Simon Josefsson | 2 Sep 08:25

Re: Document Status?

Patrik Fältström <paf <at> cisco.com> writes:

> --On 2002-09-01 21.34 +0200 Simon Josefsson <jas <at> extundo.com> wrote:
>
>> The specifications seems quite clear on what should happen here -- if
>> there is no negotiation, ACE should be used.  TTY MUAs therefor must
>> display ACE strings as there is no negotiation between xterm and the
>> MUA that an IDNA string is being displayed.
>
> It is not more strange than what we have for Subject-lines today.

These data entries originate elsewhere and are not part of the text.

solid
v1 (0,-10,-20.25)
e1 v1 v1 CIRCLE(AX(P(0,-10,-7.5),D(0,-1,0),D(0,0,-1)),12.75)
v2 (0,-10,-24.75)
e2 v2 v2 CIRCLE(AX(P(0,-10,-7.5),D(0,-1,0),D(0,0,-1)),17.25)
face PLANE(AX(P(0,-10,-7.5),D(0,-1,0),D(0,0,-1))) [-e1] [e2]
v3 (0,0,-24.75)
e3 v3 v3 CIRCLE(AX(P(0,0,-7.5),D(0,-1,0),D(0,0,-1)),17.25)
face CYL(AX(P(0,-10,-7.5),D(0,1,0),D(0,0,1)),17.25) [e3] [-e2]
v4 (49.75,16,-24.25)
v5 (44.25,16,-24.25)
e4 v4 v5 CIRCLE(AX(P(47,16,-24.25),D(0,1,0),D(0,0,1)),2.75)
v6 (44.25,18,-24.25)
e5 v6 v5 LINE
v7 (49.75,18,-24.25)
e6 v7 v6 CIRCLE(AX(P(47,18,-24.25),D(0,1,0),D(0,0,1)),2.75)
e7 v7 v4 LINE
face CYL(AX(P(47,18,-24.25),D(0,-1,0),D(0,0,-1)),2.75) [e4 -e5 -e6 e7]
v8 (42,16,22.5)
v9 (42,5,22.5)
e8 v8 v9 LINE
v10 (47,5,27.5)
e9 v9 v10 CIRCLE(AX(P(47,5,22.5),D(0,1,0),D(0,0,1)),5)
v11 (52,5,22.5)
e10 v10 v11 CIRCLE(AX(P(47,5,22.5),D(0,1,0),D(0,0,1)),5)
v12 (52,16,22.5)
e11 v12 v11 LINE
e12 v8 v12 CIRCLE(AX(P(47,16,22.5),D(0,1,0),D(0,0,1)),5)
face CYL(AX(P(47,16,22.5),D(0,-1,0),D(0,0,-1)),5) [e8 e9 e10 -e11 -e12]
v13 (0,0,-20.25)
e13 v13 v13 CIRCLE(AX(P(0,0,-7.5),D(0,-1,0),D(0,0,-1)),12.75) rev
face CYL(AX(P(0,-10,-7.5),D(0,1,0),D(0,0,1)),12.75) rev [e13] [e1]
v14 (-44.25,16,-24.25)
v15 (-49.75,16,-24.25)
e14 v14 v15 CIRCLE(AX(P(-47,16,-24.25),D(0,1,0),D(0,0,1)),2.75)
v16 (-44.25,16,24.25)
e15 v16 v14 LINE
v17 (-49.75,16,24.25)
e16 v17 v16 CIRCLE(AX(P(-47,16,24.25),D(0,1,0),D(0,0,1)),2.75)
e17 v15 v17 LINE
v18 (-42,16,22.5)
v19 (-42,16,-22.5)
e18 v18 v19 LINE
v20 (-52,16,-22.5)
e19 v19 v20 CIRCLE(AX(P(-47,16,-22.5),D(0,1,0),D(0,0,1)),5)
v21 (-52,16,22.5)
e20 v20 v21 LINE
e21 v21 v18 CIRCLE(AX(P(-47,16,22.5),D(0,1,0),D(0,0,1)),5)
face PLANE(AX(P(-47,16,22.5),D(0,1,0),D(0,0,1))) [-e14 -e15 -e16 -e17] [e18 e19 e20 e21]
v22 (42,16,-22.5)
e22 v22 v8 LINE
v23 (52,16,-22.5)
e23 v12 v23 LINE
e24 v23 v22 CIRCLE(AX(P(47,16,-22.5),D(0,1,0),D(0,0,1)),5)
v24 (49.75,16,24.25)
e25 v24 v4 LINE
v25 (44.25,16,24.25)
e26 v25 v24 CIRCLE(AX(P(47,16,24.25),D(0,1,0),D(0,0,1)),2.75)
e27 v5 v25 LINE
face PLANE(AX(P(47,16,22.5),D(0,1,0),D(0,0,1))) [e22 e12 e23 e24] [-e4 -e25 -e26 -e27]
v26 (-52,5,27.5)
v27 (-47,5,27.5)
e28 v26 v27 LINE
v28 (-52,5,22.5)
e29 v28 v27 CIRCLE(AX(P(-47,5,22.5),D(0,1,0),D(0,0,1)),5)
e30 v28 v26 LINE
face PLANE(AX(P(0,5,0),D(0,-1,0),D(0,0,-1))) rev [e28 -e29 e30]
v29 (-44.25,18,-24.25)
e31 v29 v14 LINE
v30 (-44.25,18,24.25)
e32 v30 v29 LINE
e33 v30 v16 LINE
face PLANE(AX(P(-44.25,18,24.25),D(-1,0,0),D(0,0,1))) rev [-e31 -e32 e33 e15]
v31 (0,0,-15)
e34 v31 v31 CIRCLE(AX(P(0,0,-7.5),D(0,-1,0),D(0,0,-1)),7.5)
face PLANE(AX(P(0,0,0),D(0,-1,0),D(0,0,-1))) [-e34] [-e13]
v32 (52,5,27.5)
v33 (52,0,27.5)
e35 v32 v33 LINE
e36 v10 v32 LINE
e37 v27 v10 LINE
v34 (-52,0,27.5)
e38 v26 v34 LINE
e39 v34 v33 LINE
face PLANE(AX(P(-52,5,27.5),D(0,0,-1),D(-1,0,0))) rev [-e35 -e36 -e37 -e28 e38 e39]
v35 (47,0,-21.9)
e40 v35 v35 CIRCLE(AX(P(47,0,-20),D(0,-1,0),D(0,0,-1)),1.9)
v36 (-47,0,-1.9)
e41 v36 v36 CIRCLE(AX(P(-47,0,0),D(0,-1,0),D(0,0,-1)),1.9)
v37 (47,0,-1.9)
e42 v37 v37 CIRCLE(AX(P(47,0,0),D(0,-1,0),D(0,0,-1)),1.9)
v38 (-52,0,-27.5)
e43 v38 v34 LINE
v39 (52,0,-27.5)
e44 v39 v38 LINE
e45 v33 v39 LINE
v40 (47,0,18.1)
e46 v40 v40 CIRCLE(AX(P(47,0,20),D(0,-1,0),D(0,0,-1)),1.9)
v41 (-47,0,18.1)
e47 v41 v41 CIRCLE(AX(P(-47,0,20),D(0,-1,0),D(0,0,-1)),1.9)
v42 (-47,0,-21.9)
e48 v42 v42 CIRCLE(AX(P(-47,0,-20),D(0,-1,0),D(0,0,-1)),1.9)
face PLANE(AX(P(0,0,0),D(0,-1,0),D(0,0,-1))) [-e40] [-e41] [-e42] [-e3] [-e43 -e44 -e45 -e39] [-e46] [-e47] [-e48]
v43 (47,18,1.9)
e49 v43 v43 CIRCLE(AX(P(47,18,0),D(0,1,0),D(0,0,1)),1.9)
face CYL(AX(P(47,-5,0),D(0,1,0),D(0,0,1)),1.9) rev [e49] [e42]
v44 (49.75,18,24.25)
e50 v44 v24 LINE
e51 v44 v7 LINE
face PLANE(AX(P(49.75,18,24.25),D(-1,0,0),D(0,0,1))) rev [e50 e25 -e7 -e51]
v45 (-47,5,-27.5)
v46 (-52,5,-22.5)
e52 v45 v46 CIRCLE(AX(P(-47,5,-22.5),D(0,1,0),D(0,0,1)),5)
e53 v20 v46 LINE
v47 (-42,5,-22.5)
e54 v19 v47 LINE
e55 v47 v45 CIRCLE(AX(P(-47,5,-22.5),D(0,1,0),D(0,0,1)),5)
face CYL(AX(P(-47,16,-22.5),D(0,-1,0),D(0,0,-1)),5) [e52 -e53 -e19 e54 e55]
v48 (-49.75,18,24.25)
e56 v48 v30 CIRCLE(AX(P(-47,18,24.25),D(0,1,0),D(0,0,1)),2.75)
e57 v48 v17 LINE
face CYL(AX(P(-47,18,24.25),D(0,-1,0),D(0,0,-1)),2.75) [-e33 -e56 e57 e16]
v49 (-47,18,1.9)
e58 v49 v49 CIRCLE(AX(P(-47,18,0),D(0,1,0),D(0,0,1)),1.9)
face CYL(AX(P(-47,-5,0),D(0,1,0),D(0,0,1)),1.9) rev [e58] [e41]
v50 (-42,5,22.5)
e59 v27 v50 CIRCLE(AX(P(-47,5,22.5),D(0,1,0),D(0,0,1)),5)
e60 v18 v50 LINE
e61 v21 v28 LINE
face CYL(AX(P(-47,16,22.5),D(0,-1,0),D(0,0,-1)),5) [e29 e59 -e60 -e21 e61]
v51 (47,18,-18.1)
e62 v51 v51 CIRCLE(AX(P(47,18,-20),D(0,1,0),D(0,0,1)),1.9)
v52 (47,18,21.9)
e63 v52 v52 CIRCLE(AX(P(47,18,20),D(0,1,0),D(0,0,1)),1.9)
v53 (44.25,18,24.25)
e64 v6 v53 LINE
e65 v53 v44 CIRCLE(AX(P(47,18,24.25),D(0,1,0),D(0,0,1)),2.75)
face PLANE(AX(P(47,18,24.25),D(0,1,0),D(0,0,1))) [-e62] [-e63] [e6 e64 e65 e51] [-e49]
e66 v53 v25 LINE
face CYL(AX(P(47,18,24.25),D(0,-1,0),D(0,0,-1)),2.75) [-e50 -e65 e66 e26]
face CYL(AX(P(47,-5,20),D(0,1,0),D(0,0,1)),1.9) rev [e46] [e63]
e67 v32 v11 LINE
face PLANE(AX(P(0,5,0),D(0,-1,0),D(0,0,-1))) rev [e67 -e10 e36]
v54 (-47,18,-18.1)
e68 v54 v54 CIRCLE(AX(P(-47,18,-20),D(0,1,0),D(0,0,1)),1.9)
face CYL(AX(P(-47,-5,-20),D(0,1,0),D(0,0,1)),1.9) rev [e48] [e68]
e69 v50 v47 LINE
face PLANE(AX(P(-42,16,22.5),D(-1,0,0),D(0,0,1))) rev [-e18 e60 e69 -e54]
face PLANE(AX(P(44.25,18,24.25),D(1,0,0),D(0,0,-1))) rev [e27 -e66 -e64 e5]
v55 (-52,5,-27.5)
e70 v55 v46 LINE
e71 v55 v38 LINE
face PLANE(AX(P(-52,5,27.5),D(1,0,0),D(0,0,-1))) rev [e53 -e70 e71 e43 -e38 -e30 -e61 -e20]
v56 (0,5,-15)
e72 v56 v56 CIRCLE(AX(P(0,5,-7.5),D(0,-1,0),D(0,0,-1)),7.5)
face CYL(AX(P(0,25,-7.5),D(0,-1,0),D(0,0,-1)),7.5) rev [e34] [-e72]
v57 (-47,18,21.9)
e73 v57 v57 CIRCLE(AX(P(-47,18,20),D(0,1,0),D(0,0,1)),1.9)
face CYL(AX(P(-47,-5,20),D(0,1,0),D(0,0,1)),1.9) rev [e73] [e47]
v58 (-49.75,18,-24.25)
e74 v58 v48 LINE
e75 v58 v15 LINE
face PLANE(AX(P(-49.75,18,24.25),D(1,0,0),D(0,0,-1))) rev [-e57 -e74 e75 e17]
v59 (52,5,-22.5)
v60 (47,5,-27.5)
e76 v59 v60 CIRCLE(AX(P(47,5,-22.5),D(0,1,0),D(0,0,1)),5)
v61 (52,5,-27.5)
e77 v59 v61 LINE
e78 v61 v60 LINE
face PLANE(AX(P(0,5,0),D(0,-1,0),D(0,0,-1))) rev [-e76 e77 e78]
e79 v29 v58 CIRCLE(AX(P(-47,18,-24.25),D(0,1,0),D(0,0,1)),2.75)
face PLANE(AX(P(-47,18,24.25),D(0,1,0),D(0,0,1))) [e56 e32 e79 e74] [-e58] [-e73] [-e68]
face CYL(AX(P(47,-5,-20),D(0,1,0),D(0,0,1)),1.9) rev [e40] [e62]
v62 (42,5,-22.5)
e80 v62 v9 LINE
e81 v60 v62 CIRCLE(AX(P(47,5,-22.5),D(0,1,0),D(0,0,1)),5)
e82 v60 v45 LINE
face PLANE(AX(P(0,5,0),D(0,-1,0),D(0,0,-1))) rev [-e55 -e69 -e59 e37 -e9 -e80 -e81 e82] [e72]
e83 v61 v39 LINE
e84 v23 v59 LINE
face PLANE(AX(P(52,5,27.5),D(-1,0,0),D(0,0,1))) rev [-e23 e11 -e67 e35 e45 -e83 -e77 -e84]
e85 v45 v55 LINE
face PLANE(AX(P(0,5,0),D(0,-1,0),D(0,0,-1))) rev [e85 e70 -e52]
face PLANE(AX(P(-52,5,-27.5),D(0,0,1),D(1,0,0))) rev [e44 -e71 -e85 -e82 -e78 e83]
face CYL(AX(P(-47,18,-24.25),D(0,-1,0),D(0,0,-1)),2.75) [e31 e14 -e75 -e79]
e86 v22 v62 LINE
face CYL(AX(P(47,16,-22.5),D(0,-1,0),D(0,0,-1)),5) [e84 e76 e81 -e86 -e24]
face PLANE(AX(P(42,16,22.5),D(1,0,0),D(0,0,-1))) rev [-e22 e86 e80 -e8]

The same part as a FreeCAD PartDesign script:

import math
import FreeCAD as App
import Part
import Sketcher


def add_polygon(sketch, points):
    """Adds a closed chain of lines whose ends are joined by coincident constraints."""
    first, n = sketch.GeometryCount, len(points)
    for a, b in zip(points, points[1:] + points[:1]):
        sketch.addGeometry(Part.LineSegment(App.Vector(*a, 0), App.Vector(*b, 0)), False)
    for i in range(n):
        sketch.addConstraint(Sketcher.Constraint("Coincident", first + i, 2, first + (i + 1) % n, 1))

doc = App.newDocument("Part")
body = doc.addObject("PartDesign::Body", "Body")

# Sketch on XZ plane
sketch1 = body.newObject("Sketcher::SketchObject", "Sketch")
sketch1.AttachmentSupport = (doc.getObject("XZ_Plane"), [""])
sketch1.MapMode = "FlatFace"
add_polygon(sketch1, [(-52, -28), (-52, 28), (52, 28), (52, -28)])  # lines 0-3
sketch1.addConstraint(Sketcher.Constraint("Vertical", 0))
sketch1.addConstraint(Sketcher.Constraint("Horizontal", 1))
sketch1.addConstraint(Sketcher.Constraint("Vertical", 2))
sketch1.addConstraint(Sketcher.Constraint("Horizontal", 3))
sketch1.addConstraint(Sketcher.Constraint("Symmetric", 0, 2, 2, 2, -1, 1))
sketch1.addConstraint(Sketcher.Constraint("DistanceX", 1, 1, 1, 2, 104.0))
sketch1.addConstraint(Sketcher.Constraint("DistanceY", 0, 1, 0, 2, 55.0))
pad1 = body.newObject("PartDesign::Pad", "Pad")
pad1.Profile = sketch1
pad1.Length = 5
pad1.Reversed = True

# Sketch on XZ plane
sketch2 = body.newObject("Sketcher::SketchObject", "Sketch001")
sketch2.AttachmentSupport = (doc.getObject("XZ_Plane"), [""])
sketch2.MapMode = "FlatFace"
sketch2.AttachmentOffset = App.Placement(App.Vector(0, 0, -5), App.Rotation())
sketch2.addGeometry(Part.LineSegment(App.Vector(-52, -22, 0), App.Vector(-52, 22, 0)), False)
sketch2.addGeometry(Part.ArcOfCircle(Part.Circle(App.Vector(-47, 22, 0), App.Vector(0, 0, 1), 5), math.radians(0), math.radians(180)), False)
sketch2.addGeometry(Part.LineSegment(App.Vector(-42, 22, 0), App.Vector(-42, -22, 0)), False)
sketch2.addGeometry(Part.ArcOfCircle(Part.Circle(App.Vector(-47, -22, 0), App.Vector(0, 0, 1), 5), math.radians(180), math.radians(360)), False)
sketch2.addGeometry(Part.LineSegment(App.Vector(42, -22, 0), App.Vector(42, 22, 0)), False)
sketch2.addGeometry(Part.ArcOfCircle(Part.Circle(App.Vector(47, 22, 0), App.Vector(0, 0, 1), 5), math.radians(0), math.radians(180)), False)
sketch2.addGeometry(Part.LineSegment(App.Vector(52, 22, 0), App.Vector(52, -22, 0)), False)
sketch2.addGeometry(Part.ArcOfCircle(Part.Circle(App.Vector(47, -22, 0), App.Vector(0, 0, 1), 5), math.radians(180), math.radians(360)), False)
sketch2.addConstraint(Sketcher.Constraint("Tangent", 0, 2, 1, 2))
sketch2.addConstraint(Sketcher.Constraint("Tangent", 1, 1, 2, 1))
sketch2.addConstraint(Sketcher.Constraint("Tangent", 2, 2, 3, 2))
sketch2.addConstraint(Sketcher.Constraint("Tangent", 3, 1, 0, 1))
sketch2.addConstraint(Sketcher.Constraint("Tangent", 4, 2, 5, 2))
sketch2.addConstraint(Sketcher.Constraint("Tangent", 5, 1, 6, 1))
sketch2.addConstraint(Sketcher.Constraint("Tangent", 6, 2, 7, 2))
sketch2.addConstraint(Sketcher.Constraint("Tangent", 7, 1, 4, 1))
sketch2.addConstraint(Sketcher.Constraint("Vertical", 0))
sketch2.addConstraint(Sketcher.Constraint("Vertical", 2))
sketch2.addConstraint(Sketcher.Constraint("Vertical", 4))
sketch2.addConstraint(Sketcher.Constraint("Vertical", 6))
sketch2.addConstraint(Sketcher.Constraint("Equal", 3, 5))
sketch2.addConstraint(Sketcher.Constraint("Symmetric", 3, 3, 5, 3, -1, 1))
sketch2.addConstraint(Sketcher.Constraint("Horizontal", 1, 3, 5, 3))
sketch2.addConstraint(Sketcher.Constraint("Horizontal", 3, 3, 7, 3))
sketch2.addConstraint(Sketcher.Constraint("Radius", 1, 5.0))
sketch2.addConstraint(Sketcher.Constraint("DistanceY", 0, 1, 0, 2, 45.0))
sketch2.addConstraint(Sketcher.Constraint("DistanceX", 1, 3, -1, 1, 47.0))
pad2 = body.newObject("PartDesign::Pad", "Pad001")
pad2.Profile = sketch2
pad2.Length = 11
pad2.Reversed = True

There is a important difference; subject lines aren't used to route
mail or identify persons.

If I cut'n'paste a subject line and it is garbled, the only harm will
be a garbled subject line.

If I cut'n'paste an IDN email address and it is garbled, I will send
mail to the wrong person, potentially even encrypted mail embedding
sensitive information, as security systems like OpenPGP and S/MIME
uses email addresses to identify people.

Just making IDN "work", as in displaying fancy glyphs, isn't good
enough, it also shouldn't generate new security problems.  MIME only
dealt with the data, it did not modify interpretation of the
addressing system, and still managed to generate security problems.

Dave Crocker | 2 Sep 10:28

Re: Re: Document Status?

At 09:16 AM 9/2/2002 +0200, Patrik Fältström wrote:
>--On 2002-09-02 08.25 +0200 Simon Josefsson <jas <at> extundo.com> wrote:
> >> It is not more strange than what we have for Subject-lines today.
> > There is a important difference; subject lines aren't used to route
> > mail or identify persons.
>
>I was not thinking of what we use it for.

Folks,

Let's assume that these various "differences" do exist.

So what?

If someone is going to claim that IDNA will not work as it is designed to 
work, they need to explain how it will fail.

d/

----------
Dave Crocker <mailto:dave <at> tribalwise.com>
TribalWise, Inc. <http://www.tribalwise.com>
tel +1.408.246.8253; fax +1.408.850.1850

Patrik Fältström | 2 Sep 09:16
Picon
Favicon

Re: Document Status?

--On 2002-09-02 08.25 +0200 Simon Josefsson <jas <at> extundo.com> wrote:

>> It is not more strange than what we have for Subject-lines today.
> 
> There is a important difference; subject lines aren't used to route
> mail or identify persons.

I was not thinking of what we use it for. 

I was thinking of the errors one can get.

   paf

Eric A. Hall | 2 Sep 08:12

Re: Re: Document Status?


on 9/2/2002 12:05 AM Patrik Fältström wrote:

> It is not more strange than what we have for Subject-lines today.

Except that Subject: is unstructured data which is not processed as
protocol data. And even when where parts of Subject: are interpreted as
data (such as "Re:"), they are required to be in ASCII for them to work.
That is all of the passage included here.